Generally this is a challenge for transcriptome assembly, and to a lesser extent for gene expression analysis (RNA-Seq) and
genome assembly, and not at all for SNP genotyping. To exclude all reads with homopolymer repeats more than 30 bases in length,
we can run:
HRFilterFastq.pl -i input.fastq -n 30 -o output.fastq
Next, we discard reads containing sequences derived from adaptors used during library preparation. These
artificial DNA sequences introduced during library preparation may occupy unknown portions of the read
(including the entire read). Removing these is probably the most important task in read processing, and certainly the most
computationally intensive. To make the whole pipeline easier to run in parallel, we've recently
switched from the old version (AdaptorFilterFastq.pl) to a newer kmer-based tool
called BBDUK.
This has superior performance in all respects to the old process and most importantly, can be run
directly on large sequence datasets without lots of tedious parallelizing.
To run this tool on a set of reads called input.fastq, to eliminate any reads sharing at least
one 12-mer with sequences in adaptors.fasta, we can run:
bbduk.sh in=hrf.fastq ref=adaptors.fasta k=12 stats=stats.txt out=clean.fastq overwrite=t
to remove any reads in "input.fastq" having valid alignments (at least one 12-bp kmer match)

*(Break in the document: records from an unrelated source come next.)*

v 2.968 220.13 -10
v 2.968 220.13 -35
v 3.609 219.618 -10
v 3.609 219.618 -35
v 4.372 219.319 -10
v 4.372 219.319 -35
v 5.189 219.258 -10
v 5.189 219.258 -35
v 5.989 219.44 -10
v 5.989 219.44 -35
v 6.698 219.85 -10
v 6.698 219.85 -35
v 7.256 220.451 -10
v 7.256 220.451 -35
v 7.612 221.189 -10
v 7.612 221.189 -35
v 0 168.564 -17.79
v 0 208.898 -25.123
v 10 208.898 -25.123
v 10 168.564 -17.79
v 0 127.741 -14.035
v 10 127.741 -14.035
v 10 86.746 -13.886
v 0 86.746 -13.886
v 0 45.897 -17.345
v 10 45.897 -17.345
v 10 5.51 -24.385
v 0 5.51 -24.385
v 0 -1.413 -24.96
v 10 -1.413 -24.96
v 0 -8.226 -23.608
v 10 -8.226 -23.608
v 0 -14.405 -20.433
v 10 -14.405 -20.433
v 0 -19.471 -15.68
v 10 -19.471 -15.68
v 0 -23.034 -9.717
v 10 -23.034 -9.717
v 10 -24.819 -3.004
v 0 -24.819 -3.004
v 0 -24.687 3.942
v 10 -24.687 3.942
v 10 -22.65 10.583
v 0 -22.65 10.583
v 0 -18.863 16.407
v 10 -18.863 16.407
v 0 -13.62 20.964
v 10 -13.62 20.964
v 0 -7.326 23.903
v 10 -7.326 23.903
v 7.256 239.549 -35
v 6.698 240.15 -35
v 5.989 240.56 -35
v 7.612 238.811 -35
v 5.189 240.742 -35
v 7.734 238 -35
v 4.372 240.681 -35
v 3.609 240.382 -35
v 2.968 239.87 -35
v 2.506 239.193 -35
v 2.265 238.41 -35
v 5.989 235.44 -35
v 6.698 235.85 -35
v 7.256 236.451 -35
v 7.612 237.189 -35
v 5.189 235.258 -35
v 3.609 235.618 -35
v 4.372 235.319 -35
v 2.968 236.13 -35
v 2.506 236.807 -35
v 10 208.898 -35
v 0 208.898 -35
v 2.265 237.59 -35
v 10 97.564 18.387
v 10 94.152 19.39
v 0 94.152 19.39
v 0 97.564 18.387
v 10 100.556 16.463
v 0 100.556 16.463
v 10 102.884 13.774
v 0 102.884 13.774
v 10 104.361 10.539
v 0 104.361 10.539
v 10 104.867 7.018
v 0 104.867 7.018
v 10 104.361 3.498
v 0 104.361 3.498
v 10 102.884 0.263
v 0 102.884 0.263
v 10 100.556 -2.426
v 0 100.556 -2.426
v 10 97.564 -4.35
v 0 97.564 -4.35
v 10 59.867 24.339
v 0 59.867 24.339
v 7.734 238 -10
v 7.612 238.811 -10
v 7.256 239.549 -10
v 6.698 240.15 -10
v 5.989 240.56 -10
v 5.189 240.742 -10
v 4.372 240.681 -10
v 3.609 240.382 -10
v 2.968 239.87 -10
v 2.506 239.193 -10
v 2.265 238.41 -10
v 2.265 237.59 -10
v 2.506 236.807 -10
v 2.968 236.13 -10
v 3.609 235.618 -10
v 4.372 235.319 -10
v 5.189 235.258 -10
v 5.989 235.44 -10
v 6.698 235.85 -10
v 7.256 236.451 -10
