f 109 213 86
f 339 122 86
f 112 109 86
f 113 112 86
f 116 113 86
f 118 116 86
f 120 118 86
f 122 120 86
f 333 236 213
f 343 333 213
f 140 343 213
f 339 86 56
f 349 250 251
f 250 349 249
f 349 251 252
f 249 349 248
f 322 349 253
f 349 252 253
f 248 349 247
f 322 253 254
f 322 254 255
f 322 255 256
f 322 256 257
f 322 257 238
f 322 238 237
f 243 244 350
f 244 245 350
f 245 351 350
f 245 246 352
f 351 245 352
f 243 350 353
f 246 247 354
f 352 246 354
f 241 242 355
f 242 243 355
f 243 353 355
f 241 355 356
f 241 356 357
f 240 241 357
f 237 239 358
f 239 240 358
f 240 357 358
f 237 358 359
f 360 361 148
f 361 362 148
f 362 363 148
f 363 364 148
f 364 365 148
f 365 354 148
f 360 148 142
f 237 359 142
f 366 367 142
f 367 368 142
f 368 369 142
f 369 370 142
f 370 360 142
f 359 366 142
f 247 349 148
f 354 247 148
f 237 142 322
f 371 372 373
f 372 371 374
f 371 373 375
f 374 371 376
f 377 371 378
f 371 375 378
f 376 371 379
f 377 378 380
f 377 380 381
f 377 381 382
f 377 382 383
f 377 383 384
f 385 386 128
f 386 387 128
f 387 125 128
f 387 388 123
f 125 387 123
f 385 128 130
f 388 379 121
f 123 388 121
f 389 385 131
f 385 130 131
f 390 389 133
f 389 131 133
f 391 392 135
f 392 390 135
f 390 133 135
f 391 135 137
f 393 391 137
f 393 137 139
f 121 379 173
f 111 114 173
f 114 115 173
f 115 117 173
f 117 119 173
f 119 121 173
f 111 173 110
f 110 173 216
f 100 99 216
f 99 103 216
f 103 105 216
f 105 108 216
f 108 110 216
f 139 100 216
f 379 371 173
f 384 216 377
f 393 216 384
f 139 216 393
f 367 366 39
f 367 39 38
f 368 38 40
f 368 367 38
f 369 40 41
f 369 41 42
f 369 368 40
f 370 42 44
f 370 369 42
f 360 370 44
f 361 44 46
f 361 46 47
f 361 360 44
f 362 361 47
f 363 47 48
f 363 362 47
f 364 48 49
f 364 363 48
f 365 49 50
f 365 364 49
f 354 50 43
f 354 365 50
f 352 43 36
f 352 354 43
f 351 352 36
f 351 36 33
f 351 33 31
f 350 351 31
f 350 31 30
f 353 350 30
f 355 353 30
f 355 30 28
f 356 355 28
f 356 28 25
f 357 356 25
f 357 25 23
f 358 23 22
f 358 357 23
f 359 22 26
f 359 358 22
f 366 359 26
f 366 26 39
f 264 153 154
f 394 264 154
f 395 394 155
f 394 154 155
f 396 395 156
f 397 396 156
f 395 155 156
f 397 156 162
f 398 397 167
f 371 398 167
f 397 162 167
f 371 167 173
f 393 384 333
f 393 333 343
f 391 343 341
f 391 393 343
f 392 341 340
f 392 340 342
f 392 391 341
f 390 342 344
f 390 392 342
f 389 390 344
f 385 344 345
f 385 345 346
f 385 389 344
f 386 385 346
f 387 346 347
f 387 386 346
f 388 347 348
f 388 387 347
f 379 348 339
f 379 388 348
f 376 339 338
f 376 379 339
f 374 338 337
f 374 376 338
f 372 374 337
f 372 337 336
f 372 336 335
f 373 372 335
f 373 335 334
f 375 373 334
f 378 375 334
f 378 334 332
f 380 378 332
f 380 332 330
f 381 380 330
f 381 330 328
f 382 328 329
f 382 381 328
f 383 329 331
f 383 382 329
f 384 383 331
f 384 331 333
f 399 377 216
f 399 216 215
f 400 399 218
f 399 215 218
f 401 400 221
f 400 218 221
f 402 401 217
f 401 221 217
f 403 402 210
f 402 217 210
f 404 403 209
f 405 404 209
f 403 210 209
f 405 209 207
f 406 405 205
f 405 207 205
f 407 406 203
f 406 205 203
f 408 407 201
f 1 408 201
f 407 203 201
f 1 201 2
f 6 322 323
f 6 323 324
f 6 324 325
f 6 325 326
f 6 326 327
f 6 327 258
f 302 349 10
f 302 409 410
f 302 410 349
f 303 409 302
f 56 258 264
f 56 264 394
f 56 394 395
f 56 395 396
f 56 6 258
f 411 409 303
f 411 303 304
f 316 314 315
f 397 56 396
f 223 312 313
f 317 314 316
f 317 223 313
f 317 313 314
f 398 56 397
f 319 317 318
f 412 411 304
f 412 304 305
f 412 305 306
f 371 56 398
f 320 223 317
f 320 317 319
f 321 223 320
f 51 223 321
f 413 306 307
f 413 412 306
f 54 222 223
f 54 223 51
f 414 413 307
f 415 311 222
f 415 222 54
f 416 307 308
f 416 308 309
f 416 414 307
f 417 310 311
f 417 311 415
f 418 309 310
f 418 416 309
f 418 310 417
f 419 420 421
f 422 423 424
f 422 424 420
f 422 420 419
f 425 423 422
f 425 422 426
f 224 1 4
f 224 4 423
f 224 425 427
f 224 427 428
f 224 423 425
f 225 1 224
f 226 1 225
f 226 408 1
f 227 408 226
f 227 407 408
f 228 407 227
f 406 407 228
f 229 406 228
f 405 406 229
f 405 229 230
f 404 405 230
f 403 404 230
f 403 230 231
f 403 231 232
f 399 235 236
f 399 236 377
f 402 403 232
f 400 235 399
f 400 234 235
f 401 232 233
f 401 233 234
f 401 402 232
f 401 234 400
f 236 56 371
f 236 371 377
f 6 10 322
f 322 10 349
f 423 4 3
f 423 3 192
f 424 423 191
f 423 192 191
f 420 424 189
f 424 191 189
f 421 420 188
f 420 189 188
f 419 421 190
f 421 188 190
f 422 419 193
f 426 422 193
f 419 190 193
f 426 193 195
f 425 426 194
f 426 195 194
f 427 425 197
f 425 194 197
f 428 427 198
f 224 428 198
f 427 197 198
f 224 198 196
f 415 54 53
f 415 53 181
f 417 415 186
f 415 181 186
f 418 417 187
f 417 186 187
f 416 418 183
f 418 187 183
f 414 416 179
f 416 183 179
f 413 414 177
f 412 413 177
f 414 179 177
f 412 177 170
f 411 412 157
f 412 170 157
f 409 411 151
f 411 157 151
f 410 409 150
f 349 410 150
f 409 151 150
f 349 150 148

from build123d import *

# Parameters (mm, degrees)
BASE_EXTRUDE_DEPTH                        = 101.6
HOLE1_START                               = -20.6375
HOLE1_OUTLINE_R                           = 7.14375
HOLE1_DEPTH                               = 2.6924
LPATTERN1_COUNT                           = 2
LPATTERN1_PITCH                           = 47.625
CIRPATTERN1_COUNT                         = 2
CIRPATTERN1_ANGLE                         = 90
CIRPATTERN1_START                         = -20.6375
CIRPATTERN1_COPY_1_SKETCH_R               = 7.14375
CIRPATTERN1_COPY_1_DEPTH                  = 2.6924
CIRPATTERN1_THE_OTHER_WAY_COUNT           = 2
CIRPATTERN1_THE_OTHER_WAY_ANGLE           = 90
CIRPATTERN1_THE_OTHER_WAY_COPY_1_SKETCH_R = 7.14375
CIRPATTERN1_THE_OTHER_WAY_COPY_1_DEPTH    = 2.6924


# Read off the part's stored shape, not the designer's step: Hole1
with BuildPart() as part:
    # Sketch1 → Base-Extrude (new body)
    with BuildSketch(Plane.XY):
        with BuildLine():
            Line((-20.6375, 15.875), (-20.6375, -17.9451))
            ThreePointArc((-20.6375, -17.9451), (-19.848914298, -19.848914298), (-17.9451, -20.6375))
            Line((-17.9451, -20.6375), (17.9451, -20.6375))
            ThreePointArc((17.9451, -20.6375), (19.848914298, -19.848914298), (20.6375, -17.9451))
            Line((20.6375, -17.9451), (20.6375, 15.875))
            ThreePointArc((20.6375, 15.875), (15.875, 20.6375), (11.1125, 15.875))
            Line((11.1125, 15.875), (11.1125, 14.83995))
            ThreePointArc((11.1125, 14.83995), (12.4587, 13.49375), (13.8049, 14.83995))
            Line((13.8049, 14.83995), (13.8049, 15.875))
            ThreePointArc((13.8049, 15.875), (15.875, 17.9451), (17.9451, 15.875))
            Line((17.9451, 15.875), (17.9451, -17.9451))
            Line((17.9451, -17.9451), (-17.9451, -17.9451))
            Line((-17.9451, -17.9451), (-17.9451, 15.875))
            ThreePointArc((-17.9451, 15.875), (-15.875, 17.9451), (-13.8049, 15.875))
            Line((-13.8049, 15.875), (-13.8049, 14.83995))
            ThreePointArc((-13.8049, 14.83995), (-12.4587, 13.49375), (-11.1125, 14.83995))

to sequences in "adaptors.fasta", and write the output (sequences passing the filter) to "output.fastq".
In this optional step, the user can choose to discard PCR duplicates based on the sequence of the insert and the sequence
of an internal barcode incorporated during FS-cDNA synthesis. To remove duplicates from a library having barcodes at positions 1-4
and insert sequences beginning at position 9, the user would run:
RemovePCRDups.pl -i input.fastq -o output.fastq -s 1 -e 4 -j 9
Finally, we remove the non-template bases introduced at the 5' end of each tag during library preparation.
The region removed begins at the 5' end by default (position 1), and extends to the end of the 5'-most occurence
of GGG (up to a maximum position defined by the user). This range is determined from the position of the GGG motif in
RNA oligos used during library preparation. To trim a set of reads where the GGG motif is expected to occur in the first 8 bases:
TagTrimmer.pl -i input.fastq -b 1 -e 8 -o output.fastq
The ideal reference for mapping Tag-Seq reads would be a complete and non-redundant set of transcripts from the same species as the reads. de novo transcriptome assemblies and transcripts identified from genome assemblies are often used for this purpose.
We use the SHRiMP software package for mapping, which is both faster and more sensitive in our testing than
any other mapping software we have tested. However, in principle other mapping programs can be substituted
at this step, as long as the output is in SAM format and includes positive alignment scores in the "AS:" field.
To use SHRiMP, run the gmapper tool, as:
gmapper --qv-offset 33 -Q --strata -o 3 -N 1 reads.fastq reference.fasta >gmapper.sam
In this example, a set of trimmed and filtered reads ("reads.fastq") is mapped against a reference sequence ("reference.fasta")
using a single thread (processor). The raw alignments are written to a file called "gmapper.sam".
SAMFilter.pl -i gmapper.sam -m 40 -o filtered.sam -c 1
Finally, we combine the counts data from all samples into a single output file, with samples as columns and genes as rows.
To combine data from three specific samples, you could run:CombineExpression.pl sample1/counts.tab sample2/counts.tab sample3/counts.tab > combined.tab
CombineExpression.pl */counts.tab > combined.tab
The combined file produced by this step is ready for statistical analysis in DESeq2, edgeR, or other R packages for
analysis of differential gene expression.
Last updated 14 July 2018, E. Meyer.